Margaret Thatcher 336


By chance I knew Margaret Thatcher rather better than a junior civil servant might have been expected to, not least from giving her some maritime briefings during the First Gulf War. On another occasion Denis and I once got absolutely blind drunk in Lagos – I had been given him to look after for the day, and the itinerary started with the Guinness brewery and went on to the United Distillers bottling plant, before lunch at the golf club. I had to reunite him with his spouse for the State Banquet and quite literally fell out of the car. Happy days.

I can say I was on first name terms with her – she always called me by my first name. Except unfortunately she thought that was Peter. I recall she came out to Poland when I was in the Embassy there and I was embarrassed because she knew me, and thus greeted me more warmly than my Embassy superiors. The problem was lessened by her continuing to call me Peter very loudly, even after I corrected her twice.

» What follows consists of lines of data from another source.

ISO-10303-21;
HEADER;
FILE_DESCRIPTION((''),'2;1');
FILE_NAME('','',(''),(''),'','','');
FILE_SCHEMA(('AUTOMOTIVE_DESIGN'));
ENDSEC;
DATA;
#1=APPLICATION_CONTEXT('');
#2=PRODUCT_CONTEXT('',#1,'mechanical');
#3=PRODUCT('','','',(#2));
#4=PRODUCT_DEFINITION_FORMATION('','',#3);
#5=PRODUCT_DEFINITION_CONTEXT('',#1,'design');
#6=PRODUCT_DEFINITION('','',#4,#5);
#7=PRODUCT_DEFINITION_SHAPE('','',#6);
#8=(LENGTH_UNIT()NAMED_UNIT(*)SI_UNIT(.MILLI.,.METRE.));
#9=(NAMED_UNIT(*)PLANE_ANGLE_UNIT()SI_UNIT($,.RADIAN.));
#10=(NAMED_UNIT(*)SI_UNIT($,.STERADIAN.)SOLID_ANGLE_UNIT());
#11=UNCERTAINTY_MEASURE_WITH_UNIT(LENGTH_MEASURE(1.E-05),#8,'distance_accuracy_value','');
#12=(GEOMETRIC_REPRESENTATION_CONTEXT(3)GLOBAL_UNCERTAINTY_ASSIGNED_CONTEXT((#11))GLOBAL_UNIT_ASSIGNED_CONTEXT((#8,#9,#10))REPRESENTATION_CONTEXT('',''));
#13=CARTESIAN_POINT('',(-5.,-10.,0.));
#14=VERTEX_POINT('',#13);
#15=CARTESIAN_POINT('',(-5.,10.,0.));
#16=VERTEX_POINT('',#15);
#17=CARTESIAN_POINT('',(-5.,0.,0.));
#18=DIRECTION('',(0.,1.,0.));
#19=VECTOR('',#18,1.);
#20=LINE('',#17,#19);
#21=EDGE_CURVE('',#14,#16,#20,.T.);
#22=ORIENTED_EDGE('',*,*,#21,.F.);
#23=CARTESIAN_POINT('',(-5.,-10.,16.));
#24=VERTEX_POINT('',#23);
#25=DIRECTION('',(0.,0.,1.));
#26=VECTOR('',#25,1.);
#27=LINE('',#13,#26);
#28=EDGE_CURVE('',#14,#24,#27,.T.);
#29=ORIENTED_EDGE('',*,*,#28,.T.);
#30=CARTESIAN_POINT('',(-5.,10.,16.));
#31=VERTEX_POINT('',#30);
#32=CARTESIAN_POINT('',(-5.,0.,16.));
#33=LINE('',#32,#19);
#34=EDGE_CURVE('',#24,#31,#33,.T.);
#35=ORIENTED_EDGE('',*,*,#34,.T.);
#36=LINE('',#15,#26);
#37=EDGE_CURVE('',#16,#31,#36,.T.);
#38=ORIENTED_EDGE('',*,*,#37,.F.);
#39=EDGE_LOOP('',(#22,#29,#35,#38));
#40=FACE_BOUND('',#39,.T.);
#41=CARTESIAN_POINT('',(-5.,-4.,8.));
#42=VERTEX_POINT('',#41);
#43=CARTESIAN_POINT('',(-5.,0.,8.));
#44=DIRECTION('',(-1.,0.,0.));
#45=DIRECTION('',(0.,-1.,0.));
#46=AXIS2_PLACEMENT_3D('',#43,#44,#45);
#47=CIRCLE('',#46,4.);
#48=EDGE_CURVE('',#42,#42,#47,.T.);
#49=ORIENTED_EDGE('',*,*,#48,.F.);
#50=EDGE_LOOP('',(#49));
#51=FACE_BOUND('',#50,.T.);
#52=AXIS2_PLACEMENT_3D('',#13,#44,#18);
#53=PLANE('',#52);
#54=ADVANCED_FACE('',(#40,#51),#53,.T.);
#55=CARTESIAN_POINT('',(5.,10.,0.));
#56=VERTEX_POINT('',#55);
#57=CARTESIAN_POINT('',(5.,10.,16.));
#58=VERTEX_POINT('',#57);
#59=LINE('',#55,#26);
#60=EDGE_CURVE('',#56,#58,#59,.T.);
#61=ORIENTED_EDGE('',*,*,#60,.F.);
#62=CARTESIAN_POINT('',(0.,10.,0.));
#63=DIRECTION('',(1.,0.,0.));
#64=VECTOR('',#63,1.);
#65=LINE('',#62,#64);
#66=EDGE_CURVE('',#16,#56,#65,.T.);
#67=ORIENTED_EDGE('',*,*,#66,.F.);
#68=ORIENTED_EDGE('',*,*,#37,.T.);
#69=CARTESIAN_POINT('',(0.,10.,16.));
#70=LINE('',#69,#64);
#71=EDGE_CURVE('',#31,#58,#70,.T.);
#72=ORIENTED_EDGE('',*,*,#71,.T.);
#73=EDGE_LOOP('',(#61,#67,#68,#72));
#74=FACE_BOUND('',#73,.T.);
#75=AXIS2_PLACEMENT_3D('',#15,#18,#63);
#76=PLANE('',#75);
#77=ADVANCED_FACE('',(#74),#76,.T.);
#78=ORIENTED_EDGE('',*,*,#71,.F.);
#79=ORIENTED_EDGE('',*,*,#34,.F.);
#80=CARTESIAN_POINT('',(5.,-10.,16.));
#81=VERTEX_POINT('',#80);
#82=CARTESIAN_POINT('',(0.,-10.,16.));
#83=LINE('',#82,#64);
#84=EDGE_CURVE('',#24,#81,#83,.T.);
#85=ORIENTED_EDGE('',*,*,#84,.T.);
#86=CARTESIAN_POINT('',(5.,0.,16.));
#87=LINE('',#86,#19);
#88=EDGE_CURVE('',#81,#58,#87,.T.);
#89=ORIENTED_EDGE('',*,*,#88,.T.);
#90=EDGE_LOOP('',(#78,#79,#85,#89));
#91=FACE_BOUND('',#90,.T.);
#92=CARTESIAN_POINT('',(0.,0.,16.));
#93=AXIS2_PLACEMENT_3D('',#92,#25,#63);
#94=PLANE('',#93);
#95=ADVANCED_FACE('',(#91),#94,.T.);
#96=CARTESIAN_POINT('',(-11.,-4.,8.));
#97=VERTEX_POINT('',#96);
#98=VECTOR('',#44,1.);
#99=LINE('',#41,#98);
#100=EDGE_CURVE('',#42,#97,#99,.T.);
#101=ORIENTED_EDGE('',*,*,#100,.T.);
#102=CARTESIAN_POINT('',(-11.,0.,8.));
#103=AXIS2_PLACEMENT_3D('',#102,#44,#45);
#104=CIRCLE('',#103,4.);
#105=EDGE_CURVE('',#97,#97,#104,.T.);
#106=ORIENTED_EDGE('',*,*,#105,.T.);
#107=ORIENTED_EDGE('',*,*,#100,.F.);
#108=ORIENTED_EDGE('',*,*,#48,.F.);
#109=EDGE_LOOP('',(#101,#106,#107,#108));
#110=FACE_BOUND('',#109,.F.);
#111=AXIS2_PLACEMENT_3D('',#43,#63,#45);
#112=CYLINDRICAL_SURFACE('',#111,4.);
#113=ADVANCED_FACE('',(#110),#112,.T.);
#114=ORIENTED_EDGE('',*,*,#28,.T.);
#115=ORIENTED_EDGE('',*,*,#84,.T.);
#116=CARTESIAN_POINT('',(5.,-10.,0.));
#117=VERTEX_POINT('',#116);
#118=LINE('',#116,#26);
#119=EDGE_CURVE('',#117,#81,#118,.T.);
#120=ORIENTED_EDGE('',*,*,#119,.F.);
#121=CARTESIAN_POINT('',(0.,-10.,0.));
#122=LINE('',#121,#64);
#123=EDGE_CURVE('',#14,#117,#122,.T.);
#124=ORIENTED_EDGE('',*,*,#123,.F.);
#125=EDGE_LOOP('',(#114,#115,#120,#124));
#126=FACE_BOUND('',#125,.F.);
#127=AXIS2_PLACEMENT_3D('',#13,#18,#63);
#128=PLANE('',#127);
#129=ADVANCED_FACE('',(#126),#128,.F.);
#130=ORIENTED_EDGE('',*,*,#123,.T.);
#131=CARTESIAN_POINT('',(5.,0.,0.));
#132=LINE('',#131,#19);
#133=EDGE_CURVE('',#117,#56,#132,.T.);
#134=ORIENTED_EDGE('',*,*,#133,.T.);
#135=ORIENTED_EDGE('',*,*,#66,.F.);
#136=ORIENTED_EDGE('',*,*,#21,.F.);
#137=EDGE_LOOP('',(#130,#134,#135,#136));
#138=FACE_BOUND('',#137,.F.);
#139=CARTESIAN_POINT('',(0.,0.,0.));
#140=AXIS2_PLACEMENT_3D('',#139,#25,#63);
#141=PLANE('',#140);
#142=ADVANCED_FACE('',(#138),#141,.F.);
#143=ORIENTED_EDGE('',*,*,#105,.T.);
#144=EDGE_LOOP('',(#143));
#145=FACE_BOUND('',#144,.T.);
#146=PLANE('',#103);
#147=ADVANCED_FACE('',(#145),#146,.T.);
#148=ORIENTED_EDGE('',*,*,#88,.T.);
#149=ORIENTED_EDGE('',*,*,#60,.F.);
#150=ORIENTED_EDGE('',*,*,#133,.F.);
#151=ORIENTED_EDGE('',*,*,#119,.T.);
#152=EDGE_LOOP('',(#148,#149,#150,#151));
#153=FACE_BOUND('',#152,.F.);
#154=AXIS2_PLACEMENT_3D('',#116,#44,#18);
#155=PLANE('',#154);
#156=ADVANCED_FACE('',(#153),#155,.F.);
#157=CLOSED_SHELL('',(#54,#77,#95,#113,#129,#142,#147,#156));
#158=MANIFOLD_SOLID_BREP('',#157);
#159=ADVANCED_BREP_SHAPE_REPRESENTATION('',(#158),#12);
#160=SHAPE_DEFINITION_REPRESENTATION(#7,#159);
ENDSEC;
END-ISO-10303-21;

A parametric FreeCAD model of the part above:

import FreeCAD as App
import Part
import Sketcher
from FreeCAD import Vector

doc = App.newDocument("Part")
params = doc.addObject("Spreadsheet::Sheet", "Params")
for row, (alias, value) in enumerate([
    ("sketch1_width", "10 mm"),
    ("sketch1_height", "20 mm"),
    ("pad1_length", "16 mm"),
    ("sketch2_diameter", "8 mm"),
    ("pad2_length", "6 mm"),
], start=1):
    params.set(f"A{row}", alias)
    params.set(f"B{row}", "=" + value)
    params.setAlias(f"B{row}", alias)

body = doc.addObject("PartDesign::Body", "Body")

# Sketch on XY plane
sketch1 = body.newObject("Sketcher::SketchObject", "Sketch")
sketch1.AttachmentSupport = (doc.getObject("XY_Plane"), [""])
sketch1.MapMode = "FlatFace"
sketch1.addGeometry([
    Part.LineSegment(Vector(-5, 10, 0), Vector(-5, -10, 0)),
    Part.LineSegment(Vector(-5, -10, 0), Vector(5, -10, 0)),
    Part.LineSegment(Vector(5, -10, 0), Vector(5, 10, 0)),
    Part.LineSegment(Vector(5, 10, 0), Vector(-5, 10, 0)),
], False)
sketch1.addConstraint([
    Sketcher.Constraint("Coincident", 0, 2, 1, 1),
    Sketcher.Constraint("Coincident", 1, 2, 2, 1),
    Sketcher.Constraint("Coincident", 2, 2, 3, 1),
    Sketcher.Constraint("Coincident", 3, 2, 0, 1),
    Sketcher.Constraint("Vertical", 0),
    Sketcher.Constraint("Horizontal", 1),
    Sketcher.Constraint("Vertical", 2),
    Sketcher.Constraint("Horizontal", 3),
    Sketcher.Constraint("Symmetric", 0, 2, 2, 2, -1, 1),
    Sketcher.Constraint("DistanceX", 1, 1, 1, 2, 10.0),
    Sketcher.Constraint("DistanceY", 0, 2, 0, 1, 20.0),
])
sketch1.setExpression("Constraints[9]", "Params.sketch1_width")
sketch1.setExpression("Constraints[10]", "Params.sketch1_height")
pad1 = body.newObject("PartDesign::Pad", "Pad")
pad1.Profile = sketch1
pad1.setExpression("Length", "Params.pad1_length")

# Sketch on YZ plane
sketch2 = body.newObject("Sketcher::SketchObject", "Sketch001")
sketch2.AttachmentSupport = (doc.getObject("YZ_Plane"), [""])
sketch2.MapMode = "FlatFace"
sketch2.AttachmentOffset = App.Placement(Vector(0, 0, -5), App.Rotation())
sketch2.addGeometry(Part.Circle(Vector(0, 8, 0), Vector(0, 0, 1), 4), False)
sketch2.addConstraint([
    Sketcher.Constraint("PointOnObject", 0, 3, -2),
    Sketcher.Constraint("Diameter", 0, 8.0),
    Sketcher.Constraint("DistanceY", -1, 1, 0, 3, 8.0),
])
sketch2.setExpression("Constraints[1]", "Params.sketch2_diameter")
pad2 = body.newObject("PartDesign::Pad", "Pad001")
pad2.Profile = sketch2
pad2.setExpression("Length", "Params.pad2_length")
pad2.Reversed = True

doc.recompute()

In person she was frightfully sharp, she really was. If you gave her a briefing, she had an uncanny ability to seize on the one point where you did not have sufficient information. She also had that indescribable charisma – you really could feel when she entered a room in a way I have never experienced with anybody else, not Mandela or Walesa, for example. You may be surprised to hear that in person I found her quite likeable.

Yet she was a terrible, terrible disaster to this country. The utter devastation of heavy industry, the writing off of countless billions worth of tooling and equipment, the near total loss of the world’s greatest concentrated manufacturing skills base, the horrible political division of society and tearing of the bonds within our community. She was a complete, utter disaster.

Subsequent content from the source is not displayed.